=== What to do ===
Reproduce the entries shown below only from the line with "v 5.811 -6.917 149.377" down to the line with "v -3.983 37.891 0", keeping both end lines and copying each one exactly.

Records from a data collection
________________________

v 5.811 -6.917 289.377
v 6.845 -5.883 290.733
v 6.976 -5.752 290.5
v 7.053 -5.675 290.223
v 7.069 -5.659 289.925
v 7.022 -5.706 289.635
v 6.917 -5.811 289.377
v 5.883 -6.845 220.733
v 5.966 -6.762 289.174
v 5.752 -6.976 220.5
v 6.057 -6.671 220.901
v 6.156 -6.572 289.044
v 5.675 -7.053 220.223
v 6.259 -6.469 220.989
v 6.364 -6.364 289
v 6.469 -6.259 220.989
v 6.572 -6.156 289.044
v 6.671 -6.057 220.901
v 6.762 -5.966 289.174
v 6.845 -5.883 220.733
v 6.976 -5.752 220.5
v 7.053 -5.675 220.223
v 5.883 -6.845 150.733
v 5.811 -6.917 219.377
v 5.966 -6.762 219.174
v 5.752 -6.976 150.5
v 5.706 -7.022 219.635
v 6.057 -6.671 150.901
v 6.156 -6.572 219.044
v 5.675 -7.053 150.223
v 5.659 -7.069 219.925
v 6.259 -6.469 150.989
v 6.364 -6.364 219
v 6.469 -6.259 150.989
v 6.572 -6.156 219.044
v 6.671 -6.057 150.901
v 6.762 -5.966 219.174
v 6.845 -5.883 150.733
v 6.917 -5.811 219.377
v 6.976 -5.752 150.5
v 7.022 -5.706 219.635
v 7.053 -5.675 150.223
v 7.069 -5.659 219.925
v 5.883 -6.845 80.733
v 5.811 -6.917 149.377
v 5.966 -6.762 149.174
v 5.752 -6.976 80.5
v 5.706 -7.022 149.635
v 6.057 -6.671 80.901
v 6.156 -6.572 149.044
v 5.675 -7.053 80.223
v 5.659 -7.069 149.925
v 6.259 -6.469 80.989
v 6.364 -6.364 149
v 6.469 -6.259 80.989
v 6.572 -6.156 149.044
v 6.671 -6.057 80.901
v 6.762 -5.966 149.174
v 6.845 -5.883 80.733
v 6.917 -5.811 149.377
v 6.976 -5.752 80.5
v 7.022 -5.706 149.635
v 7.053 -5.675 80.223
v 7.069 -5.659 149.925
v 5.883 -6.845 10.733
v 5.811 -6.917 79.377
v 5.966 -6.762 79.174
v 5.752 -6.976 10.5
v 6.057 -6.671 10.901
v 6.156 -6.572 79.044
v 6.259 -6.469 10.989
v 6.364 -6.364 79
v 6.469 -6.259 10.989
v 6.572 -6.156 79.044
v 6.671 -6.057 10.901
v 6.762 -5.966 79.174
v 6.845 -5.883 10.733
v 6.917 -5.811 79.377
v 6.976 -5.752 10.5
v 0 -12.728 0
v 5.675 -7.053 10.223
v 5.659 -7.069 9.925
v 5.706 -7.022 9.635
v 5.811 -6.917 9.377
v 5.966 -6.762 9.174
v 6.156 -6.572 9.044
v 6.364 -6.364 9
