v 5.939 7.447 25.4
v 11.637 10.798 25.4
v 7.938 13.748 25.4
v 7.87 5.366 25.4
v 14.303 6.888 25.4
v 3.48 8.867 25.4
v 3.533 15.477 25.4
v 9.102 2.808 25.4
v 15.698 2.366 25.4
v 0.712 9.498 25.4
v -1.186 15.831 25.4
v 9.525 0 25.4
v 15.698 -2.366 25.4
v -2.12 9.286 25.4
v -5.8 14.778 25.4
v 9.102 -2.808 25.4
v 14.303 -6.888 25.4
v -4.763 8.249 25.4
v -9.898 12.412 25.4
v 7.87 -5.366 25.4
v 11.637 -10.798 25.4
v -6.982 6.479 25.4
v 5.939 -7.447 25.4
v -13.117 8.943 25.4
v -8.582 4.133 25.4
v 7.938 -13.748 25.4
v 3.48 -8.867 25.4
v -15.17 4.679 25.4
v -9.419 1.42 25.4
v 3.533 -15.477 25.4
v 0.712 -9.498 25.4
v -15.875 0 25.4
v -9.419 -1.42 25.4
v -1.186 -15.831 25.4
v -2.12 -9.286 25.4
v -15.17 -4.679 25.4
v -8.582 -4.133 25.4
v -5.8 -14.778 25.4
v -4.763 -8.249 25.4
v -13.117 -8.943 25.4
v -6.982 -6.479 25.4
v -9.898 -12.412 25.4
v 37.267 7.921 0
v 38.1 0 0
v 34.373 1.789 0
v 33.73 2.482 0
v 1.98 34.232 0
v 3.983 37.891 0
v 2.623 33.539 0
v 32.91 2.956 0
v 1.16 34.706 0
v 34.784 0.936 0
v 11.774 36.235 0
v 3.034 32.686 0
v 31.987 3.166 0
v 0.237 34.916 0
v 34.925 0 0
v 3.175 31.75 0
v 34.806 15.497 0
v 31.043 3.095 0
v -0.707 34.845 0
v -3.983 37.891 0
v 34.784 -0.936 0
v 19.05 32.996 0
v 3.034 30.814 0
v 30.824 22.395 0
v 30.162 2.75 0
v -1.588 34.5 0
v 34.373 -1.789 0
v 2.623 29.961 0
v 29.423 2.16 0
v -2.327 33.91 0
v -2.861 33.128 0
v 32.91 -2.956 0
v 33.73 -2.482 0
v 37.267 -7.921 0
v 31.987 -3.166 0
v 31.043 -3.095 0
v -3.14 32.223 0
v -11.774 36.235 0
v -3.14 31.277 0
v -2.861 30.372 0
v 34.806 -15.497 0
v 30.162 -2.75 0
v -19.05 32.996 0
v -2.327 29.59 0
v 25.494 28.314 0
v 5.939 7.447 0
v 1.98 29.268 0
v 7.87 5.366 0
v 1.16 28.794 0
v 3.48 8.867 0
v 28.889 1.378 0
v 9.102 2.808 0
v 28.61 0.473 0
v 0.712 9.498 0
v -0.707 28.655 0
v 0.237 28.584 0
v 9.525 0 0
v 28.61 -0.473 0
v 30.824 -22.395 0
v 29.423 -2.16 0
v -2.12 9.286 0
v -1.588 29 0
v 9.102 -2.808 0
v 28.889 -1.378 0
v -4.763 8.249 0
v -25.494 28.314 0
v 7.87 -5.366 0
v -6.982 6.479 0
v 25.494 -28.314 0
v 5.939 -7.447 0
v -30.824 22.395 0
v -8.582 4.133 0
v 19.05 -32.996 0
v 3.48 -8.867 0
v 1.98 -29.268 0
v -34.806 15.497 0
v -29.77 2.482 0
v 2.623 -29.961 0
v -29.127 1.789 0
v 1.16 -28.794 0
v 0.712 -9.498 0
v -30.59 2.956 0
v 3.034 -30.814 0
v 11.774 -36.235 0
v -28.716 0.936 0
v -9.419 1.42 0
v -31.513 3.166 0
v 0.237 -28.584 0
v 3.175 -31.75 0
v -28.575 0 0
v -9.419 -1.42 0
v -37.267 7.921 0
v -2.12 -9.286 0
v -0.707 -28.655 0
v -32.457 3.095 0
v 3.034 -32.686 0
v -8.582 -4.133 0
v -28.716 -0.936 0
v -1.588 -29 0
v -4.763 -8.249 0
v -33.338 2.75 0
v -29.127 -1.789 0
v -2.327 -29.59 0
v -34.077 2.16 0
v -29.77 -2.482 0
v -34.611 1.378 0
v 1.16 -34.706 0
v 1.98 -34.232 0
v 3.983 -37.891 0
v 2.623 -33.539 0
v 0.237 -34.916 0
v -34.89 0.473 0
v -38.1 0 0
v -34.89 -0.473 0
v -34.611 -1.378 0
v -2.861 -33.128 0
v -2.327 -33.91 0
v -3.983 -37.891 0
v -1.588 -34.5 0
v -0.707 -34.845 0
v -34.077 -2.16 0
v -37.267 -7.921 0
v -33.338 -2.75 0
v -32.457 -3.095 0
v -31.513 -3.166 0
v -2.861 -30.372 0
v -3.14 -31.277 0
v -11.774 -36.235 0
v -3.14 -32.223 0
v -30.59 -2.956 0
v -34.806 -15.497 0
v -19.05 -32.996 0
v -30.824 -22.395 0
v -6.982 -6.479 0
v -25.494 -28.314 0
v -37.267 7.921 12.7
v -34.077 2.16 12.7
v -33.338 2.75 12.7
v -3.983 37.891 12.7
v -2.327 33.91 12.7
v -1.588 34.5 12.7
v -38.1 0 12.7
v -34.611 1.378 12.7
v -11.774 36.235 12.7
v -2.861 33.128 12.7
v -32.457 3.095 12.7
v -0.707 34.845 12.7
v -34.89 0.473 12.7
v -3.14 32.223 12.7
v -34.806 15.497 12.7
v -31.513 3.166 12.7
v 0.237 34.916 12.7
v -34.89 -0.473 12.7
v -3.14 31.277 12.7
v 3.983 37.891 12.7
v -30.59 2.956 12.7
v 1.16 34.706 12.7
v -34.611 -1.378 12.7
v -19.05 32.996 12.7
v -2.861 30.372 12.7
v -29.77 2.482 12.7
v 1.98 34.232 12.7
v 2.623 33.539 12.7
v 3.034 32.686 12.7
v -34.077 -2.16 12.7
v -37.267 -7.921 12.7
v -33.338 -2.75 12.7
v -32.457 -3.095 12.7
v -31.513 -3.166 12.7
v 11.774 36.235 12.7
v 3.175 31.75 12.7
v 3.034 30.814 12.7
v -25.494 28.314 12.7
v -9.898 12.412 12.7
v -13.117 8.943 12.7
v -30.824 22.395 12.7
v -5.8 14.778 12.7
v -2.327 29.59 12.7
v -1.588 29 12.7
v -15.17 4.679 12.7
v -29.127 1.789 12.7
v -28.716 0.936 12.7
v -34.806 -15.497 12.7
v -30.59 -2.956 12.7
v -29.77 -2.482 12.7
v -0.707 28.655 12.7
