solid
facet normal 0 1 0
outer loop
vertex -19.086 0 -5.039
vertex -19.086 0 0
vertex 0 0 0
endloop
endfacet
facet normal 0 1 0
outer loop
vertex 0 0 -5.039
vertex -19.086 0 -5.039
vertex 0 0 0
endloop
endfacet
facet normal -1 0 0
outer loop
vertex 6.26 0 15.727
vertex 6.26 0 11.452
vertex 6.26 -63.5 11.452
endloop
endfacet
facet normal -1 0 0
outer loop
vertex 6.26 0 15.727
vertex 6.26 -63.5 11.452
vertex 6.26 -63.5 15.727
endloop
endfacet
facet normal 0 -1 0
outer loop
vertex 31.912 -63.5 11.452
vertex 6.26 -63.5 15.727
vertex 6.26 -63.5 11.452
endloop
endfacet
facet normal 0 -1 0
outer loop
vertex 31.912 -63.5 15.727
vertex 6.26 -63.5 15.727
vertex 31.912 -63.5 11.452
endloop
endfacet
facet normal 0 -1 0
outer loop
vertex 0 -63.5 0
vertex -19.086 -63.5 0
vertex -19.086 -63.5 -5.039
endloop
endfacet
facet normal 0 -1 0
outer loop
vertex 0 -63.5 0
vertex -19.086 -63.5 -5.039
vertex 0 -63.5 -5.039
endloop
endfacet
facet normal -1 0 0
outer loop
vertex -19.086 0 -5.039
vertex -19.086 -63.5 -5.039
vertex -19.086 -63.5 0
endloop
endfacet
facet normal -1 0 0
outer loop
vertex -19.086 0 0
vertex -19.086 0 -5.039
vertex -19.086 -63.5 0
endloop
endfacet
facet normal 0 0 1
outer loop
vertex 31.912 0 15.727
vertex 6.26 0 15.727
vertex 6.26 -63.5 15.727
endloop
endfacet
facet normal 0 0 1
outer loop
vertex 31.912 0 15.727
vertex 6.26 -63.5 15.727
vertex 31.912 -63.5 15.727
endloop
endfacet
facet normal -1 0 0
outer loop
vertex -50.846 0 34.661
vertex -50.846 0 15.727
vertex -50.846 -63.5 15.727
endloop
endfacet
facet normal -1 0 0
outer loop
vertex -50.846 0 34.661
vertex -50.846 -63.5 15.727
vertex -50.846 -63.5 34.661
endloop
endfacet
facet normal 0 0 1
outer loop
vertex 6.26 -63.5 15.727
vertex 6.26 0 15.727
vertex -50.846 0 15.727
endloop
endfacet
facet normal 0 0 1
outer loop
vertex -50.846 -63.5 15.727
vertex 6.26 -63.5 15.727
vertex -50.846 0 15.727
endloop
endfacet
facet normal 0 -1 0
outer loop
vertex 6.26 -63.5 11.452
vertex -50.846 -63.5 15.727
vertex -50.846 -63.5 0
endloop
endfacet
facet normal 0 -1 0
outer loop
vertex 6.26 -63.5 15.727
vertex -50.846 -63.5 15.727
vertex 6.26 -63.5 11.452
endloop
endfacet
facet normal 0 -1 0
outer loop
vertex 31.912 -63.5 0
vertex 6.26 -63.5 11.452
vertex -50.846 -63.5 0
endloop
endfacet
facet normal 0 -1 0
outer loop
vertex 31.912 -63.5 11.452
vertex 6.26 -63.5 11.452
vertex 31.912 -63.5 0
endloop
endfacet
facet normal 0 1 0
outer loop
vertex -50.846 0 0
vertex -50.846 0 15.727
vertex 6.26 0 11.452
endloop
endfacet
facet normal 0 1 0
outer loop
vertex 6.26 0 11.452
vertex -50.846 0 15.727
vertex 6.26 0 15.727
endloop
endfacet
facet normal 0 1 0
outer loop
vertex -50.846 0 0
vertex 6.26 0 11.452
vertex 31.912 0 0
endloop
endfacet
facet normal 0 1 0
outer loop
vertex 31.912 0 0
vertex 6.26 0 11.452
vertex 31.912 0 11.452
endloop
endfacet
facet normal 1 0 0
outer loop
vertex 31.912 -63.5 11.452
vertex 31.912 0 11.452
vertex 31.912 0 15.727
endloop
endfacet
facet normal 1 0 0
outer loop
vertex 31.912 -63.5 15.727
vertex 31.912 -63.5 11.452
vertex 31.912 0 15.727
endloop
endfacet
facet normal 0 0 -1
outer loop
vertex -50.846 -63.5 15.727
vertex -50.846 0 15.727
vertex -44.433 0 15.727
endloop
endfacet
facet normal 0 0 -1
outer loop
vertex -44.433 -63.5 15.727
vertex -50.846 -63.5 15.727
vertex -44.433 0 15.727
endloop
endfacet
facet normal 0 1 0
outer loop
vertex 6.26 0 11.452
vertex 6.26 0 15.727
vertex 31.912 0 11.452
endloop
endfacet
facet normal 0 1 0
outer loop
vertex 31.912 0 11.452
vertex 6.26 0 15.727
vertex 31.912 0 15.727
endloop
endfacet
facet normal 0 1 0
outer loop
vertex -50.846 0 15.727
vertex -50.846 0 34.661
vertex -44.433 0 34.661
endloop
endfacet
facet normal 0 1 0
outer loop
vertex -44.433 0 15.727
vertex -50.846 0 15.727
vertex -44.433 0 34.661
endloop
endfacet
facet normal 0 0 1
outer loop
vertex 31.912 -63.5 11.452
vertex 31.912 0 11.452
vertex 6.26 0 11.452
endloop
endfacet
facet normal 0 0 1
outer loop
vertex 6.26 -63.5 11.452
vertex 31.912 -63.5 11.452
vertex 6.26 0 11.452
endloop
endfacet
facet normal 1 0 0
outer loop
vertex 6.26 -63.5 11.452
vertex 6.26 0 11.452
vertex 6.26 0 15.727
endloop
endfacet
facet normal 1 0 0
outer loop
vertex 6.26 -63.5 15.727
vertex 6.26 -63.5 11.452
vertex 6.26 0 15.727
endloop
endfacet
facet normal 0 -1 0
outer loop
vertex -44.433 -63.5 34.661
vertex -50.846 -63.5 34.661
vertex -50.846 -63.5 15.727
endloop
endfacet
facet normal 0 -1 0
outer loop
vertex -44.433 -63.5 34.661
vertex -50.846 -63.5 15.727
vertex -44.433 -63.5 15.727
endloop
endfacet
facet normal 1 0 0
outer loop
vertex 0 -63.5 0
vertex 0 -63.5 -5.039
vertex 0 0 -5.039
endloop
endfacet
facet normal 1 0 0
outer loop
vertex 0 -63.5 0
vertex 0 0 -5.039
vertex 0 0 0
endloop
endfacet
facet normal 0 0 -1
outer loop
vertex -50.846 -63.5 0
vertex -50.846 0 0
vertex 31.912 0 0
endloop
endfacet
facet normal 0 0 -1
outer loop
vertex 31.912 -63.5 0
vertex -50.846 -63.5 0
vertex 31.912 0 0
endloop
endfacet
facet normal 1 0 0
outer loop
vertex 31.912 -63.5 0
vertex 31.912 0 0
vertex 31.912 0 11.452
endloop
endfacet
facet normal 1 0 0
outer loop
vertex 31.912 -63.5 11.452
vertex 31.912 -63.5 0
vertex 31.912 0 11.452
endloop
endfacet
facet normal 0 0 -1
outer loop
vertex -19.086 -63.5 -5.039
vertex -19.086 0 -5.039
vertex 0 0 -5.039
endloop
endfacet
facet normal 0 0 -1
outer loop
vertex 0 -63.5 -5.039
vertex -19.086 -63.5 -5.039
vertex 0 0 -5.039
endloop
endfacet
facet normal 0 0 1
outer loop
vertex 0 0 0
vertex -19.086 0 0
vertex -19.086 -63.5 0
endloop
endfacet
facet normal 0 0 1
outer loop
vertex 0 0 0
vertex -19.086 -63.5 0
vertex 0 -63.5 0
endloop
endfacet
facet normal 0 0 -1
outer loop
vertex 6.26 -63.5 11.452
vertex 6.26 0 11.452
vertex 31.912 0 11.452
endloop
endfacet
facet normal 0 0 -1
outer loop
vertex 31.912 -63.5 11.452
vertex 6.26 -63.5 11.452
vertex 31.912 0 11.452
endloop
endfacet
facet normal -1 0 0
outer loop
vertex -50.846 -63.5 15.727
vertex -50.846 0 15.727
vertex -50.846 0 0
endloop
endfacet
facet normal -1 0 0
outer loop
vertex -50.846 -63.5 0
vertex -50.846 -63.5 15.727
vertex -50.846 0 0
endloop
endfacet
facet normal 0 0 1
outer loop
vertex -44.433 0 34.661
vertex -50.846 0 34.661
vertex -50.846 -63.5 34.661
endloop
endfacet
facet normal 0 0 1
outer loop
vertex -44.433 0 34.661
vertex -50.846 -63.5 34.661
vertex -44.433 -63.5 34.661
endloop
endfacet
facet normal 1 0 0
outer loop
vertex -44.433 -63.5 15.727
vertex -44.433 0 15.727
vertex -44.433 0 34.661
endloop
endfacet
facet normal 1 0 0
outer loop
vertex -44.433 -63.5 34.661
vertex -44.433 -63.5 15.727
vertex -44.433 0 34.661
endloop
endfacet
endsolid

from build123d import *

# Parameters (mm, degrees)
F0_W     = 19.0863553435
F0_H     = 5.0387978554
F1_DEPTH = 63.5
F0_W_2   = 6.4130164683
F0_H_2   = 18.9336631447
F2_DEPTH = 63.5
F3_DEPTH = 63.5
F0_W_3   = 25.6520579569
F0_H_3   = 4.2753443122
F4_DEPTH = 63.5


with BuildPart() as f1:
    # F0 (on Front) → F1 (new body)
    with BuildSketch(Plane.XZ):
        with Locations((-9.5431776717, -2.5193989277)):
            Rectangle(F0_W, F0_H)
    extrude(amount=F1_DEPTH)


with BuildPart() as f2:
    # F0 (on Front) → F2 (new body)
    with BuildSketch(Plane.XZ):
        with Locations((-47.6395431906, 25.1939883456)):
            Rectangle(F0_W_2, F0_H_2)
    extrude(amount=F2_DEPTH)


with BuildPart() as f3:
    # F0 (on Front) → F3 (new body)
    with BuildSketch(Plane.XZ):
        Polygon((-19.0863553435, 0), (0, 0), (31.9123826921, 0), (31.9123826921, 11.451812461), (6.2603247352, 11.451812461), (6.2603247352, 15.7271567732), (0, 15.7271567732), (-44.4330349565, 15.7271567732), (-50.8460514247, 15.7271567732), (-50.8460514247, 0), align=None)
    extrude(amount=F3_DEPTH)


with BuildPart() as f4:
    # F0 (on Front) → F4 (new body)
    with BuildSketch(Plane.XZ):
        with Locations((19.0863537136, 13.5894846171)):
            Rectangle(F0_W_3, F0_H_3)
    extrude(amount=F4_DEPTH)


solid = Compound([f1.part, f2.part, f3.part, f4.part])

________________________

=== Result for this exercise ===
v 5.811 -6.917 149.377
v 5.966 -6.762 149.174
v 5.752 -6.976 80.5
v 5.706 -7.022 149.635
v 6.057 -6.671 80.901
v 6.156 -6.572 149.044
v 5.675 -7.053 80.223
v 5.659 -7.069 149.925
v 6.259 -6.469 80.989
v 6.364 -6.364 149
v 6.469 -6.259 80.989
v 6.572 -6.156 149.044
v 6.671 -6.057 80.901
v 6.762 -5.966 149.174
v 6.845 -5.883 80.733
v 6.917 -5.811 149.377
v 6.976 -5.752 80.5
v 7.022 -5.706 149.635
v 7.053 -5.675 80.223
v 7.069 -5.659 149.925
v 5.883 -6.845 10.733
v 5.811 -6.917 79.377
v 5.966 -6.762 79.174
v 5.752 -6.976 10.5
v 6.057 -6.671 10.901
v 6.156 -6.572 79.044
v 6.259 -6.469 10.989
v 6.364 -6.364 79
v 6.469 -6.259 10.989
v 6.572 -6.156 79.044
v 6.671 -6.057 10.901
v 6.762 -5.966 79.174
v 6.845 -5.883 10.733
v 6.917 -5.811 79.377
v 6.976 -5.752 10.5
v 0 -12.728 0
v 5.675 -7.053 10.223
v 5.659 -7.069 9.925
v 5.706 -7.022 9.635
v 5.811 -6.917 9.377
v 5.966 -6.762 9.174
v 6.156 -6.572 9.044
v 6.364 -6.364 9
v 5.939 7.447 25.4
v 11.637 10.798 25.4
v 7.938 13.748 25.4
v 7.87 5.366 25.4
v 14.303 6.888 25.4
v 3.48 8.867 25.4
v 3.533 15.477 25.4
v 9.102 2.808 25.4
v 15.698 2.366 25.4
v 0.712 9.498 25.4
v -1.186 15.831 25.4
v 9.525 0 25.4
v 15.698 -2.366 25.4
v -2.12 9.286 25.4
v -5.8 14.778 25.4
v 9.102 -2.808 25.4
v 14.303 -6.888 25.4
v -4.763 8.249 25.4
v -9.898 12.412 25.4
v 7.87 -5.366 25.4
v 11.637 -10.798 25.4
v -6.982 6.479 25.4
v 5.939 -7.447 25.4
v -13.117 8.943 25.4
v -8.582 4.133 25.4
v 7.938 -13.748 25.4
v 3.48 -8.867 25.4
v -15.17 4.679 25.4
v -9.419 1.42 25.4
v 3.533 -15.477 25.4
v 0.712 -9.498 25.4
v -15.875 0 25.4
v -9.419 -1.42 25.4
v -1.186 -15.831 25.4
v -2.12 -9.286 25.4
v -15.17 -4.679 25.4
v -8.582 -4.133 25.4
v -5.8 -14.778 25.4
v -4.763 -8.249 25.4
v -13.117 -8.943 25.4
v -6.982 -6.479 25.4
v -9.898 -12.412 25.4
v 37.267 7.921 0
v 38.1 0 0
v 34.373 1.789 0
v 33.73 2.482 0
v 1.98 34.232 0
v 3.983 37.891 0
v 2.623 33.539 0
v 32.91 2.956 0
v 1.16 34.706 0
v 34.784 0.936 0
v 11.774 36.235 0
v 3.034 32.686 0
v 31.987 3.166 0
v 0.237 34.916 0
v 34.925 0 0
v 3.175 31.75 0
v 34.806 15.497 0
v 31.043 3.095 0
v -0.707 34.845 0
v -3.983 37.891 0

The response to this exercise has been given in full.